I did want the top layer to be wider. I felt it would be useful for the top layer to make it easier to lift the piece.

I was intending for a wide base. Assuming this is used by someone, I wanted a wide base to avoid the bowl falling on its side when used.









This is a top offside view.









This is view of the inside. The turning of the inside did not go as planned, so the walls get thicker toward the base.

I either need another tool, or need more practice with my present tools. Rather than fight with my tools or present expertise, it was easier to allow the inside form to look this way.









The inside is finished in a food safe bees wax based wax.

The outside if finished in good old Johnsons paste wax.


----------



## BigJoe16 (Feb 20, 2012)

I like it. The wood is beautiful. I found that you have to turn many different shapes of bowls to find out what look you like and what others like


----------



## sawdustfactory (Jan 30, 2011)

Very nice for a first. I like it.


----------



## ACP (Jan 24, 2009)

I have yet to see a segmented turning that I don't like. Your's is no exception. The colors and variations of wood are just so nice. I also kind of get the illusion that it's round and also not round, if that makes sense. It has a polygonal look because of the segments but it round. A neat looking illusion IMHO.


----------



## oldmacnut (Dec 27, 2010)

Looks really good, I like it. I've been wanting to do a segmented bowl since I got my lathe last month ( I like pushing the envelope), but the thought of milling a bunch of material doesnt sound fun. (A.D.D ) lol.
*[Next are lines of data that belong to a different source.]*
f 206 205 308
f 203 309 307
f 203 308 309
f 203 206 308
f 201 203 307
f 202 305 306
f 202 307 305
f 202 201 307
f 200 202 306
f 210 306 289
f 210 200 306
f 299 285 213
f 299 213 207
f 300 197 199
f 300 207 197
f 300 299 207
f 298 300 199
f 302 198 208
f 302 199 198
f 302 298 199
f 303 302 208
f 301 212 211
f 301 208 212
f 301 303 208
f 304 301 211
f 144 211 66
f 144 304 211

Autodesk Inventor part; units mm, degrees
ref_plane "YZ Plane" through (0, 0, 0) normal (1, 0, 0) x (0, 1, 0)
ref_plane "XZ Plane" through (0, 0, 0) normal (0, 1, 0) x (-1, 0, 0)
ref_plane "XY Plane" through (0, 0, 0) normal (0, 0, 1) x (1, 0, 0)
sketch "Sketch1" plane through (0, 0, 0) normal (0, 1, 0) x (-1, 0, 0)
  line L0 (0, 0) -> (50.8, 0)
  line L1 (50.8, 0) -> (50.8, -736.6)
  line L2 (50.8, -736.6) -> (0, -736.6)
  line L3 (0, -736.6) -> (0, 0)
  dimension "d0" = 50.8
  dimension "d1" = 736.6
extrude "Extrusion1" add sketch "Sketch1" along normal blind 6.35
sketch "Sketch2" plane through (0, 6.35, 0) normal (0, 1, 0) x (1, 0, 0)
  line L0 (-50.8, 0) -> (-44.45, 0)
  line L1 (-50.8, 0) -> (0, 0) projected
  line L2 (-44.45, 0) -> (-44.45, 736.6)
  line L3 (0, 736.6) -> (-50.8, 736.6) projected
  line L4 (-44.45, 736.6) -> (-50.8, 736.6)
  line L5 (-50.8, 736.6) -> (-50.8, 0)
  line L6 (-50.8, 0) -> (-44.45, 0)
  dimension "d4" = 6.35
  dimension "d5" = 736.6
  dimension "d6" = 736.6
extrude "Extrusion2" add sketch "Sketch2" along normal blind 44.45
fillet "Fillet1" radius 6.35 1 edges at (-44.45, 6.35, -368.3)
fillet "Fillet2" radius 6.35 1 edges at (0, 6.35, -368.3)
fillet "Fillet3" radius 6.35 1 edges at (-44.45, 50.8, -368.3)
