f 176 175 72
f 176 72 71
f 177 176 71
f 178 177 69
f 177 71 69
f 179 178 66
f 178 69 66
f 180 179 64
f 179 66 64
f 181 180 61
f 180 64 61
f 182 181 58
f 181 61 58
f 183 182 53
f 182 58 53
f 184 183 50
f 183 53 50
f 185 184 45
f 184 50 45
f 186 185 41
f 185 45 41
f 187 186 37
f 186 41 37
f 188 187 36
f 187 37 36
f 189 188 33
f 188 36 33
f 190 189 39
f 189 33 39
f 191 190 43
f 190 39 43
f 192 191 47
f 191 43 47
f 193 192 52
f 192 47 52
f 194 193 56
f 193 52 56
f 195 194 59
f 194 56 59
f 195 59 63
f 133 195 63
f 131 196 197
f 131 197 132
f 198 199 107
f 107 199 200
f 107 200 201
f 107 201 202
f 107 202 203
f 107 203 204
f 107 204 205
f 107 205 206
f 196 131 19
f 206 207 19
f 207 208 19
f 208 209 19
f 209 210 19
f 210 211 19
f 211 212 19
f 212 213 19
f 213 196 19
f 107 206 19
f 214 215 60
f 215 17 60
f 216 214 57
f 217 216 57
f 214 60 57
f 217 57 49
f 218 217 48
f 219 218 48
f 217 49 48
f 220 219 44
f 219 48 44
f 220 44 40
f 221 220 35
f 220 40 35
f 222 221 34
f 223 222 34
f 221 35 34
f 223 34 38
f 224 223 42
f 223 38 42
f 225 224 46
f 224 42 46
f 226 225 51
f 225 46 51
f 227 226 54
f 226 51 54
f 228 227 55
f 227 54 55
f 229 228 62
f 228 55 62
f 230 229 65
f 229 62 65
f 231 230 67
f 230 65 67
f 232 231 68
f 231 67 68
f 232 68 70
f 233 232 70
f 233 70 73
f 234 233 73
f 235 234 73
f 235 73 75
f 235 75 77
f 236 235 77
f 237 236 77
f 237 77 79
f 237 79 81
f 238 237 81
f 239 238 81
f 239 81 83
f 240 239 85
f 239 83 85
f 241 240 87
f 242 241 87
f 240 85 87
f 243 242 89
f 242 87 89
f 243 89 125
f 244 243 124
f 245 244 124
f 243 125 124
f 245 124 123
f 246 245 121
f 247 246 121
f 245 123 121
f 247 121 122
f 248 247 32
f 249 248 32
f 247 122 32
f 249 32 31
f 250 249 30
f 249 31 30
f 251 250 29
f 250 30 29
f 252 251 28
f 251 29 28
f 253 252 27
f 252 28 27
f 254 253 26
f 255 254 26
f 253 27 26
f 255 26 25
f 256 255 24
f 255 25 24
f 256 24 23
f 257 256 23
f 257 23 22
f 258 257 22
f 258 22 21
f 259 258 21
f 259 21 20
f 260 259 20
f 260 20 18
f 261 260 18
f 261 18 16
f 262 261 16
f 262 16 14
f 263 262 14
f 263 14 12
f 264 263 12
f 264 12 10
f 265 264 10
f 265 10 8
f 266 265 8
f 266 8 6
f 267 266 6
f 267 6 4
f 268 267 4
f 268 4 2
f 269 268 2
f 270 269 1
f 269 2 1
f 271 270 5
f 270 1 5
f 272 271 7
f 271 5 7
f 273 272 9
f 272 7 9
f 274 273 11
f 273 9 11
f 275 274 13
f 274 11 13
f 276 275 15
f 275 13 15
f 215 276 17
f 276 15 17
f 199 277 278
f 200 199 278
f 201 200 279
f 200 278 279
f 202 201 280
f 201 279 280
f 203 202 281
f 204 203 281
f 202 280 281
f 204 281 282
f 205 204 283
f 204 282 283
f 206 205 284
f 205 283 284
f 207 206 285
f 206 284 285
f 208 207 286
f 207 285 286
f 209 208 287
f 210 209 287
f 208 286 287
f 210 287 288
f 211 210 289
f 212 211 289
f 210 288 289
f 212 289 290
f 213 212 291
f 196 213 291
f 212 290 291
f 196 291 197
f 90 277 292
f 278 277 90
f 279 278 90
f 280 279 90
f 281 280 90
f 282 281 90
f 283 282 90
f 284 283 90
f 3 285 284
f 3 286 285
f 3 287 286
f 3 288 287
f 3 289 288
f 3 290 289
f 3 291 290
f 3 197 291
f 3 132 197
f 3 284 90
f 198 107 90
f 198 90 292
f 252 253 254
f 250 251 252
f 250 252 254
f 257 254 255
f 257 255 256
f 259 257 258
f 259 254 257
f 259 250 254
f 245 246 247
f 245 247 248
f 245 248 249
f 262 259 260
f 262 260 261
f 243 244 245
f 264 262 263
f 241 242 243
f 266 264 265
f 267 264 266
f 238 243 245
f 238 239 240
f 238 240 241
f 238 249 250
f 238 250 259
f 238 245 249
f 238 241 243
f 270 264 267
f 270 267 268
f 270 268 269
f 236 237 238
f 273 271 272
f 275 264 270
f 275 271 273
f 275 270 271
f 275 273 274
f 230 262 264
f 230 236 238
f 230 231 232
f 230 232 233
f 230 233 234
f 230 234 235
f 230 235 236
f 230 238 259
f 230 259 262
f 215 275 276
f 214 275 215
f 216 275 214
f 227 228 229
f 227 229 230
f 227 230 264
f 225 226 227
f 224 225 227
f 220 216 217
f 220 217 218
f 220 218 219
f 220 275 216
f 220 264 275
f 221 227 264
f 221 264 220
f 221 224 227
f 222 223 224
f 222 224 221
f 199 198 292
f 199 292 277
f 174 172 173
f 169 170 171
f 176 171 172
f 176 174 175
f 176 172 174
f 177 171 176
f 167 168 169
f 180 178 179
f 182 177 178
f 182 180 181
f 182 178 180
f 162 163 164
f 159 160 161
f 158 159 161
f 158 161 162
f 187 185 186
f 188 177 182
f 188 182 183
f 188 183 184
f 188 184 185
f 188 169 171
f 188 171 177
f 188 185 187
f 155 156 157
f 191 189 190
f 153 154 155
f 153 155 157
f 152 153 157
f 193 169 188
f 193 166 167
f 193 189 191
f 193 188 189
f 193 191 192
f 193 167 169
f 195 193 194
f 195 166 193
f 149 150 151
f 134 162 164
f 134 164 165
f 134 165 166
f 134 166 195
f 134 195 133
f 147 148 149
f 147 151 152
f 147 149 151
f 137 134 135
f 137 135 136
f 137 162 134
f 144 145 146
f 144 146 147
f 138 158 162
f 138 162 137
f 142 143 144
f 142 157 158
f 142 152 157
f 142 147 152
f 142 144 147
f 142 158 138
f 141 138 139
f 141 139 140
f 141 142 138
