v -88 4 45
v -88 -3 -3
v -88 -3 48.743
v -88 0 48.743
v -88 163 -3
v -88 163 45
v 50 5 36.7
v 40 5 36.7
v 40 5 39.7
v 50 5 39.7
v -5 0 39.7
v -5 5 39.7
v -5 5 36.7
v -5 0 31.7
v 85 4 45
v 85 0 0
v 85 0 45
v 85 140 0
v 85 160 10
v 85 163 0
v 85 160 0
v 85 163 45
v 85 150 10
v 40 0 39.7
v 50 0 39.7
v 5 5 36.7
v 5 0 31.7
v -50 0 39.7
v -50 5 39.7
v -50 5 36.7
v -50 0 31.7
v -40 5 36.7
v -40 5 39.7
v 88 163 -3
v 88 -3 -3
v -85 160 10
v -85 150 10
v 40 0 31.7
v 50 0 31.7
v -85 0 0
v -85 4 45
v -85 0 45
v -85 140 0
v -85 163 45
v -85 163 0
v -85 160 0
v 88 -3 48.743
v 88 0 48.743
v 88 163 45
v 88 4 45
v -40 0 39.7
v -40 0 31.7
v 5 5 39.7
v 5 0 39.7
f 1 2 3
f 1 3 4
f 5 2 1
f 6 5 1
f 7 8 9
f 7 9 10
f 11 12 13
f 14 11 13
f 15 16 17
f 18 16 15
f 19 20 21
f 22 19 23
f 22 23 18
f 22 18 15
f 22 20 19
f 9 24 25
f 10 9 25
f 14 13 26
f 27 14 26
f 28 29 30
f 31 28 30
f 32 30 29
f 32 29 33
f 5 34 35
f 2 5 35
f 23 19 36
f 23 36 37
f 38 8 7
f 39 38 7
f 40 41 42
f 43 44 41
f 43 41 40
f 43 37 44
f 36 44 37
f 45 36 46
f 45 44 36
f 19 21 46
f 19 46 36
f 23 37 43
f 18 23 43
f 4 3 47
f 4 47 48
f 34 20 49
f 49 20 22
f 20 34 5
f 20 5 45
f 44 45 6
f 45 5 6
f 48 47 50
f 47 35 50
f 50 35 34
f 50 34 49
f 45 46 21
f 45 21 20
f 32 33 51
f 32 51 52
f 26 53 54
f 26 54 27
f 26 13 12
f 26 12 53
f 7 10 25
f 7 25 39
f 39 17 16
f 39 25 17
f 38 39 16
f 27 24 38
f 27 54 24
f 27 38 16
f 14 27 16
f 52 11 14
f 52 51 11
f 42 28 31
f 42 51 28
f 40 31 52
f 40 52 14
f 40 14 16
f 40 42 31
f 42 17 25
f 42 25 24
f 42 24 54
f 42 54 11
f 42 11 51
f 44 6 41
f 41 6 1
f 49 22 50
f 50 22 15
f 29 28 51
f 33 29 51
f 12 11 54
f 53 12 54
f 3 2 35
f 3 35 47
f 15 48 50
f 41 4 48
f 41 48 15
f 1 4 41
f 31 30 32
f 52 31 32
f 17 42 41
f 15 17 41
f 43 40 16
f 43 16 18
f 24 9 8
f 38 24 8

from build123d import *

# Parameters (mm, degrees)
BOSS_EXTRUDE1_DEPTH             = 85
BOSS_EXTRUDE1_DEPTH_BACK        = 85
BOSS_EXTRUDE2_START             = -85
SKETCH1_4_W                     = 45
SKETCH1_4_H                     = 163
BOSS_EXTRUDE2_DEPTH             = 3
BOSS_EXTRUDE3_START             = 85
SKETCH1_5_W                     = 45
SKETCH1_5_H                     = 163
BOSS_EXTRUDE3_DEPTH             = 3
BOSS_EXTRUDE4_REACH             = 192.625
BOSS_EXTRUDE4_DIRECTION_2_REACH = 192.625
SKETCH5_W                       = 10
SKETCH5_H                       = 3
BOSS_EXTRUDE7_DEPTH             = 5
BOSS_EXTRUDE8_DEPTH             = 88
BOSS_EXTRUDE8_DEPTH_BACK        = 88
CHAMFER1_SIZE                   = 5


with BuildPart() as part:
    # Sketch1 → Boss-Extrude1 (new, two sides: drawn at the far end of the back side and taken through both)
    with BuildSketch(Plane(origin=(0, 0, 0), x_dir=(0, 0, -1), z_dir=(1, 0, 0)).offset(-BOSS_EXTRUDE1_DEPTH_BACK)):
        Polygon((-45, -3), (-45, 0), (0, 0), (0, 163), (3, 163), (3, -3), align=None)
    extrude(amount=BOSS_EXTRUDE1_DEPTH + BOSS_EXTRUDE1_DEPTH_BACK)

    # Sketch1<4> → Boss-Extrude2 (add)
    with BuildSketch(Plane(origin=(0, 0, 0), x_dir=(0, 0, -1), z_dir=(1, 0, 0)).offset(BOSS_EXTRUDE2_START)):
        with Locations((-22.5, 81.5)):
            Rectangle(SKETCH1_4_W, SKETCH1_4_H)
        Polygon((-45, -3), (-45, 0), (0, 0), (0, 163), (3, 163), (3, -3), align=None)
    extrude(amount=-BOSS_EXTRUDE2_DEPTH)

    # Sketch1<5> → Boss-Extrude3 (add)
    with BuildSketch(Plane(origin=(0, 0, 0), x_dir=(0, 0, -1), z_dir=(1, 0, 0)).offset(BOSS_EXTRUDE3_START)):
        Polygon((-45, -3), (-45, 0), (0, 0), (0, 163), (3, 163), (3, -3), align=None)
        with Locations((-22.5, 81.5)):
            Rectangle(SKETCH1_5_W, SKETCH1_5_H)
    extrude(amount=BOSS_EXTRUDE3_DEPTH)

    # Sketch2 → Boss-Extrude4 (add, up to next)
    with BuildSketch(Plane(origin=(0, 0, 0), x_dir=(0, 0, -1), z_dir=(1, 0, 0)), mode=Mode.PRIVATE) as boss_extrude4_sk1:
        Polygon((-10, 160), (-10, 150), (0, 140), (0, 160), align=None)
    boss_extrude4_tool1 = extrude(boss_extrude4_sk1.sketch, amount=BOSS_EXTRUDE4_REACH, mode=Mode.PRIVATE) - part.part
    add(boss_extrude4_tool1.solids().sort_by_distance((0, 152.222222, 4.444444))[0])

    # Sketch2 → Boss-Extrude4 direction 2 (add, up to next)
    with BuildSketch(Plane(origin=(0, 0, 0), x_dir=(0, 0, -1), z_dir=(1, 0, 0)), mode=Mode.PRIVATE) as boss_extrude4_direction_2_sk1:
        Polygon((-10, 160), (-10, 150), (0, 140), (0, 160), align=None)
    boss_extrude4_direction_2_tool1 = extrude(boss_extrude4_direction_2_sk1.sketch, amount=-BOSS_EXTRUDE4_DIRECTION_2_REACH, mode=Mode.PRIVATE) - part.part
    add(boss_extrude4_direction_2_tool1.solids().sort_by_distance((0, 152.222222, 4.444444))[0])

    # Sketch5 → Boss-Extrude7 (add)
    with BuildSketch(Plane(origin=(0, 0, 0), x_dir=(1, 0, 0), z_dir=(0, 1, 0))):
        with Locations((-45, -38.2)):
            Rectangle(SKETCH5_W, SKETCH5_H)
        with Locations((45, -38.2)):
            Rectangle(SKETCH5_W, SKETCH5_H)
        with Locations((0, -38.2)):
            Rectangle(SKETCH5_W, SKETCH5_H)
    extrude(amount=BOSS_EXTRUDE7_DEPTH)

    # Sketch4 → Boss-Extrude8 (add, two sides: drawn at the far end of the back side and taken through both)
    with BuildSketch(Plane(origin=(0, 0, 0), x_dir=(0, 0, -1), z_dir=(1, 0, 0)).offset(-BOSS_EXTRUDE8_DEPTH_BACK)):
        Polygon((-45, -3), (-48.742573267, -3), (-48.742573267, 0), (-45, 4), (-45, 0), align=None)
    extrude(amount=BOSS_EXTRUDE8_DEPTH + BOSS_EXTRUDE8_DEPTH_BACK)

    # Chamfer1
    chamfer1_edges = [part.edges().sort_by_distance(p)[0] for p in [
        (0, 0, 36.7),
        (45, 0, 36.7),
        (-45, 0, 36.7),
    ]]
    chamfer(chamfer1_edges, length=CHAMFER1_SIZE - 0.0001)  # a hair under: the kernel refuses the full size


solid = part.part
then again, spent all day milling today, and still didnt run any material for turning, lame.


----------



## dmh (Sep 18, 2010)

Very nice!:thumbsup:

What did you do with the bottom? Is it a floating disc?


----------



## Dave Paine (May 30, 2012)

The bottom does not float. I really like the grain of the walnut. A shame that it will mostly be out of sight.

This is a picture of the bottom showing the 3 laminated pieces.


----------



## dmh (Sep 18, 2010)

OK, I gotcha now. You said the bottom was three pieced and I could see a glue line from the side but from the inside it looked like a solid piece.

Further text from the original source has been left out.